Q&A with Daniel J. Licht, M.D.: The future of medicine is in light

Daniel J. Licht, M.D., joins Children’s National Hospital with a vision: He believes non-invasive devices built using biomedical optics – or instruments using light – can give clinicians invaluable information about how the brain and other organs are functioning.

A pediatric neurologist who specializes in children with congenital heart disease, Dr. Licht initially came to this area of research as he considered ways to ensure children’s brains have adequate oxygen delivery during heart care, preserving neurological health and improving long-term outcomes. He sees countless applications for using the properties of light in pediatric medicine.

Dr. Licht, whose name coincidentally also means “light” in German, is planning to establish a program for biomedical optics at Children’s National, built on the pillars of education, innovation and commercialization. He wants to tap into the resources of the Sheik Zayed Institute of Pediatric Surgical Innovation and expertise across the hospital. He is launching this effort as part of the new Center for Prenatal, Neonatal & Maternal Health Research.

Q: How can light be used diagnostically?

A: I believe that light is truly the future of biomedical devices, especially in children. Light can penetrate human tissues deeply, whether it’s muscle, liver or kidney. For example, you can put a light at the end of an endoscope and someday do virtual biopsies. It’s all a matter of understanding the properties of light, and how to manipulate light to give you the answers that you need. The applications are truly infinite.

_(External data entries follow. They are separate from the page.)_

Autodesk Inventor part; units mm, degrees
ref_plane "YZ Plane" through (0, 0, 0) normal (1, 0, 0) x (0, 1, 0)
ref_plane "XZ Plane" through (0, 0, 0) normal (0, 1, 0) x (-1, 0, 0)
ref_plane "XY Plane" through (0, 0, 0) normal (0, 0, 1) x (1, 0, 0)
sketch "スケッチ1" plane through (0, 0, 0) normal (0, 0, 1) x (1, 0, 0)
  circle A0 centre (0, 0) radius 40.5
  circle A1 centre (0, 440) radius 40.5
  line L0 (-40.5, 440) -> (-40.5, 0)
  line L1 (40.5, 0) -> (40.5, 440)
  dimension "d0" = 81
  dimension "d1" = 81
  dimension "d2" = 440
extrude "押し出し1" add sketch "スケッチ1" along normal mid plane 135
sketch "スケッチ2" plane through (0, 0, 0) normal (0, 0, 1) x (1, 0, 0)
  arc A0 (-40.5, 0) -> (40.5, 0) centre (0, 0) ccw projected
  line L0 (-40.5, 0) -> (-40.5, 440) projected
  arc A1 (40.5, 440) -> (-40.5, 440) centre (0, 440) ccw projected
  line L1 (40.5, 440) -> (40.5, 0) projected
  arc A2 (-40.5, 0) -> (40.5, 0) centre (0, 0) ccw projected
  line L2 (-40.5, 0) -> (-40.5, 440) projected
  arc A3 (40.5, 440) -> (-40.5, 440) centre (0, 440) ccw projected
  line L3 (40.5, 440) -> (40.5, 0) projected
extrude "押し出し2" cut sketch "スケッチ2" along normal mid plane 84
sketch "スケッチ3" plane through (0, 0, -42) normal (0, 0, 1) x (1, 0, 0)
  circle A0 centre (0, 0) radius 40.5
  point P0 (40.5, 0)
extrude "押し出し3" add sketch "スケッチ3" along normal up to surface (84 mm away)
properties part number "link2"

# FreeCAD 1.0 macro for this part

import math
import FreeCAD as App
import Part
import Sketcher
Q = App.Units.Quantity

doc = App.newDocument("Part")
body = doc.addObject("PartDesign::Body", "Body")
body.AllowCompound = True

sketch1 = body.newObject("Sketcher::SketchObject", "Sketch")
sketch1.AttachmentSupport = (doc.getObject("XY_Plane"), [""])
sketch1.MapMode = "FlatFace"
sketch1.addGeometry(Part.ArcOfCircle(Part.Circle(App.Vector(0, 0, 0), App.Vector(0, 0, 1), 40), math.radians(180), math.radians(360)), False)
sketch1.addGeometry(Part.LineSegment(App.Vector(40, 0, 0), App.Vector(40, 440, 0)), False)
sketch1.addGeometry(Part.ArcOfCircle(Part.Circle(App.Vector(0, 440, 0), App.Vector(0, 0, 1), 40), math.radians(0), math.radians(180)), False)
sketch1.addGeometry(Part.LineSegment(App.Vector(-40, 440, 0), App.Vector(-40, 0, 0)), False)
sketch1.addConstraint(Sketcher.Constraint("Tangent", 0, 2, 1, 1))
sketch1.addConstraint(Sketcher.Constraint("Tangent", 1, 2, 2, 1))
sketch1.addConstraint(Sketcher.Constraint("Tangent", 2, 2, 3, 1))
sketch1.addConstraint(Sketcher.Constraint("Tangent", 3, 2, 0, 1))
sketch1.addConstraint(Sketcher.Constraint("Vertical", 1))
sketch1.addConstraint(Sketcher.Constraint("Vertical", 3))
sketch1.addConstraint(Sketcher.Constraint("Coincident", 0, 3, -1, 1))
sketch1.addConstraint(Sketcher.Constraint("Radius", 0, Q("40.5 mm")))
sketch1.addConstraint(Sketcher.Constraint("DistanceY", 1, 1, 1, 2, Q("440 mm")))
pad1 = body.newObject("PartDesign::Pad", "Pad")
pad1.Profile = sketch1
pad1.Length = 135
pad1.Midplane = True

sketch2 = body.newObject("Sketcher::SketchObject", "Sketch001")
sketch2.AttachmentSupport = (doc.getObject("XY_Plane"), [""])
sketch2.MapMode = "FlatFace"
sketch2.addGeometry(Part.LineSegment(App.Vector(-40, 440, 0), App.Vector(-40, 0, 0)), False)
sketch2.addGeometry(Part.ArcOfCircle(Part.Circle(App.Vector(0, 0, 0), App.Vector(0, 0, 1), 40), math.radians(180), math.radians(360)), False)
sketch2.addGeometry(Part.LineSegment(App.Vector(40, 0, 0), App.Vector(40, 440, 0)), False)
sketch2.addGeometry(Part.ArcOfCircle(Part.Circle(App.Vector(0, 440, 0), App.Vector(0, 0, 1), 40), math.radians(0), math.radians(180)), False)
sketch2.addConstraint(Sketcher.Constraint("Tangent", 0, 2, 1, 1))
sketch2.addConstraint(Sketcher.Constraint("Tangent", 1, 2, 2, 1))
sketch2.addConstraint(Sketcher.Constraint("Tangent", 2, 2, 3, 1))
sketch2.addConstraint(Sketcher.Constraint("Tangent", 3, 2, 0, 1))
sketch2.addConstraint(Sketcher.Constraint("Vertical", 0))
sketch2.addConstraint(Sketcher.Constraint("Vertical", 2))
sketch2.addConstraint(Sketcher.Constraint("Coincident", 1, 3, -1, 1))
sketch2.addConstraint(Sketcher.Constraint("Radius", 1, Q("40.5 mm")))
sketch2.addConstraint(Sketcher.Constraint("DistanceY", 0, 2, 0, 1, Q("440 mm")))
pocket1 = body.newObject("PartDesign::Pocket", "Pocket")
pocket1.Profile = sketch2
pocket1.Length = 84
pocket1.Midplane = True

sketch3 = body.newObject("Sketcher::SketchObject", "Sketch002")
sketch3.AttachmentSupport = (doc.getObject("XY_Plane"), [""])
sketch3.MapMode = "FlatFace"
sketch3.AttachmentOffset = App.Placement(App.Vector(0, 0, -42), App.Rotation())
sketch3.addGeometry(Part.Circle(App.Vector(0, 0, 0), App.Vector(0, 0, 1), 40), False)
sketch3.addConstraint(Sketcher.Constraint("Coincident", 0, 3, -1, 1))
sketch3.addConstraint(Sketcher.Constraint("Diameter", 0, Q("81 mm")))
pad2 = body.newObject("PartDesign::Pad", "Pad001")
pad2.Profile = sketch3
pad2.Length = 84

doc.recompute()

Q: What has your initial work in neurology shown?

A: One of the instruments that we have developed can measure cerebral blood flow and quantitatively show the oxygen use of the brain. That’s important because it’s easy to measure oxygen delivery, but it’s hard to balance supply-and-demand without knowing the patient’s unique demand. We now have preclinical data and information from about 500 patients.

In terms of what’s ahead, many therapies today aren’t targeted to the individual, so Johnny’s brain-oxygen demand may not be the same as Sarah’s brain-oxygen demand, even if they both have congenital heart disease. As a patient waits for surgery, we also have found that the brain-oxygen demand increases, but if the demand is not met, this can lead to pre-operative brain injury. This technology could change the whole conversation about the timing of surgery. In addition, we can measure the brain-oxygen demand intraoperatively. We are finding that we can actually define the right perfusion strategy for each patient, rather than making uniform decisions for all patients with a shared diagnosis.

Lastly, beyond the operating room, we can use this technology for countless conditions. It would help with the treatment of almost any disease in the critical care unit, when we are using tools like ECMO (extracorporeal membrane oxygenation, a salvage technique), and we need to monitor a patient’s status. We can also use it to measure intracranial pressure. In very simple terms, if a child with a shunt comes into the emergency room with a headache, we can noninvasively measure the pressure and see how it’s changed without a head CT. We can decide who needs to go to the operating room – and who doesn’t – without radiation.

Q: How did your career bring you to this point?

A: My interest has always been in brain injury and kids with congenital heart disease. Years ago, I started out using MRI because it was the technology that was bright and shiny at the time. I was part of a team that developed an MRI sequence for measuring cerebral blood flow. We made some discoveries that indicated the culprit for brain injury was not the surgeries. Instead, there was something with the babies.

Unfortunately, with MRI, it’s a big, expensive instrument, and you have to take the baby to the machine for a single point-in-time measurement. So I started working with a physicist at the University of Pennsylvania to develop a way to measure the motion of particles, specifically red blood cells, to study cerebral blood flow. We found ways to use light, and this is what I hope to build and commercialize at Children’s National. By the end of my career, I hope to be able to say that we got this into clinical care.